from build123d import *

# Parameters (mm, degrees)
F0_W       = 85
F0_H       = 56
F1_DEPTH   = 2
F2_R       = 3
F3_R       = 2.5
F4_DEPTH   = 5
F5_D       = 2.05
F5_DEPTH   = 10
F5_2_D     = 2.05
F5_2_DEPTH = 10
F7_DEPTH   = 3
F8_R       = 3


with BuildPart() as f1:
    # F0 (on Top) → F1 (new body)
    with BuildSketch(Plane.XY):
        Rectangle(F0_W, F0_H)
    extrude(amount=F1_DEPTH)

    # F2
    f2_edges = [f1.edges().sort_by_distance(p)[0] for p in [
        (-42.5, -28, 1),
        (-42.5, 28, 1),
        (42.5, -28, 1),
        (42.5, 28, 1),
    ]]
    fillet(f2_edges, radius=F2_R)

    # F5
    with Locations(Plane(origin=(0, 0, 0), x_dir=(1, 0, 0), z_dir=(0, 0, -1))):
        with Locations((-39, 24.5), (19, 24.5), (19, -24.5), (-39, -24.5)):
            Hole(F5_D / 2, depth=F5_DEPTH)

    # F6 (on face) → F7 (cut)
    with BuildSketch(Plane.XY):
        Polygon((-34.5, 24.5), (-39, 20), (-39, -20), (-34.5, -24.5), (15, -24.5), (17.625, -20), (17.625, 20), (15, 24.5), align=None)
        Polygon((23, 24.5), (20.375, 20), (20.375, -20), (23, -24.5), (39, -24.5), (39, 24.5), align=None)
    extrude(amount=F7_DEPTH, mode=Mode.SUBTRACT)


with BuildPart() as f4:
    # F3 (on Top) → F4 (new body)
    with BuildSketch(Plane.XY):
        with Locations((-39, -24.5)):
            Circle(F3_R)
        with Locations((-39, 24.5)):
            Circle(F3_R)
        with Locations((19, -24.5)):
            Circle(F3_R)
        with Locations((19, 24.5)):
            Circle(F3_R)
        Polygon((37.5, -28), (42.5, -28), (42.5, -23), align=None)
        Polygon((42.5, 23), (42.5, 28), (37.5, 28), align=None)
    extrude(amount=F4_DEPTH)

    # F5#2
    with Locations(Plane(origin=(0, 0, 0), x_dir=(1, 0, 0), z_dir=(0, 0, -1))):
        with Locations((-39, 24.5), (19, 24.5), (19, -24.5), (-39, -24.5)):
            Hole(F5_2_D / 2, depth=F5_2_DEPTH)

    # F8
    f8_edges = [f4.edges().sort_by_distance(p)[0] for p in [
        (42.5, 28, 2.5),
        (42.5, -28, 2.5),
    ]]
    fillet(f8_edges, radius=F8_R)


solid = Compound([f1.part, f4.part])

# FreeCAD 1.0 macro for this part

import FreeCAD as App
import Part
import Sketcher
from FreeCAD import Vector


def edges_at(feature, points):
    """Names of the edges that pass closest to the given points."""
    edges = feature.Shape.Edges
    near = lambda p: min(range(len(edges)), key=lambda i: edges[i].distToShape(Part.Vertex(*p))[0])
    return sorted({f"Edge{near(p) + 1}" for p in points})

doc = App.newDocument("Part")
body = doc.addObject("PartDesign::Body", "Body")

# Sketch on XY plane
sketch1 = doc.addObject("Sketcher::SketchObject", "Sketch")
body.addObject(sketch1)
sketch1.AttachmentSupport = (doc.XY_Plane, [""])
sketch1.MapMode = "FlatFace"
sketch1.addGeometry(Part.LineSegment(Vector(-42, 28, 0), Vector(-42, -28, 0)), False)
sketch1.addGeometry(Part.LineSegment(Vector(-42, -28, 0), Vector(42, -28, 0)), False)
sketch1.addGeometry(Part.LineSegment(Vector(42, -28, 0), Vector(42, 28, 0)), False)
sketch1.addGeometry(Part.LineSegment(Vector(42, 28, 0), Vector(-42, 28, 0)), False)
sketch1.addConstraint(Sketcher.Constraint("Coincident", 0, 2, 1, 1))
sketch1.addConstraint(Sketcher.Constraint("Coincident", 1, 2, 2, 1))
sketch1.addConstraint(Sketcher.Constraint("Coincident", 2, 2, 3, 1))
sketch1.addConstraint(Sketcher.Constraint("Coincident", 3, 2, 0, 1))
sketch1.addConstraint(Sketcher.Constraint("Vertical", 0))
sketch1.addConstraint(Sketcher.Constraint("Horizontal", 1))
sketch1.addConstraint(Sketcher.Constraint("Vertical", 2))
sketch1.addConstraint(Sketcher.Constraint("Horizontal", 3))
sketch1.addConstraint(Sketcher.Constraint("Symmetric", 0, 2, 2, 2, -1, 1))
sketch1.addConstraint(Sketcher.Constraint("DistanceX", 1, 1, 1, 2, 85.0))
sketch1.addConstraint(Sketcher.Constraint("DistanceY", 0, 2, 0, 1, 56.0))
pad1 = doc.addObject("PartDesign::Pad", "Pad")
body.addObject(pad1)
pad1.Profile = sketch1
pad1.Length = 2
doc.recompute()

fillet = doc.addObject("PartDesign::Fillet", "Fillet")
body.addObject(fillet)
fillet.Base = (pad1, edges_at(pad1, [
    (-42.5, -28, 1),
    (-42.5, 28, 1),
    (42.5, -28, 1),
    (42.5, 28, 1),
]))
fillet.Radius = 3

# Sketch on XY plane
sketch2 = doc.addObject("Sketcher::SketchObject", "Sketch001")
body.addObject(sketch2)
sketch2.AttachmentSupport = (doc.XY_Plane, [""])
sketch2.MapMode = "FlatFace"
sketch2.addGeometry(Part.Circle(Vector(-39, -24.5, 0), Vector(0, 0, 1), 1), False)
sketch2.addGeometry(Part.Circle(Vector(19, -24.5, 0), Vector(0, 0, 1), 1), False)
sketch2.addGeometry(Part.Circle(Vector(19, 24.5, 0), Vector(0, 0, 1), 1), False)
sketch2.addGeometry(Part.Circle(Vector(-39, 24.5, 0), Vector(0, 0, 1), 1), False)
sketch2.addConstraint(Sketcher.Constraint("Equal", 0, 1))
sketch2.addConstraint(Sketcher.Constraint("Equal", 1, 2))
sketch2.addConstraint(Sketcher.Constraint("Equal", 2, 3))
sketch2.addConstraint(Sketcher.Constraint("Symmetric", 1, 3, 2, 3, -1))
sketch2.addConstraint(Sketcher.Constraint("Symmetric", 0, 3, 3, 3, -1))
sketch2.addConstraint(Sketcher.Constraint("Horizontal", 0, 3, 1, 3))
sketch2.addConstraint(Sketcher.Constraint("Diameter", 0, 2.05))
sketch2.addConstraint(Sketcher.Constraint("DistanceX", 0, 3, -1, 1, 39.0))
sketch2.addConstraint(Sketcher.Constraint("DistanceX", -1, 1, 1, 3, 19.0))
sketch2.addConstraint(Sketcher.Constraint("DistanceY", 1, 3, 2, 3, 49.0))
doc.recompute()
hole = doc.addObject("PartDesign::Hole", "Hole")
body.addObject(hole)
hole.Profile = sketch2
hole.ThreadType = "None"
hole.Diameter = 2.05
hole.DepthType = "Dimension"
hole.Depth = 10
hole.DrillPoint = "Flat"
hole.Reversed = True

***

◆ **Your instructions**: Where a line above contains the string "extrude", copy that line.

◆ **Result for this exercise**:
    extrude(amount=F1_DEPTH)
    extrude(amount=F7_DEPTH, mode=Mode.SUBTRACT)
    extrude(amount=F4_DEPTH)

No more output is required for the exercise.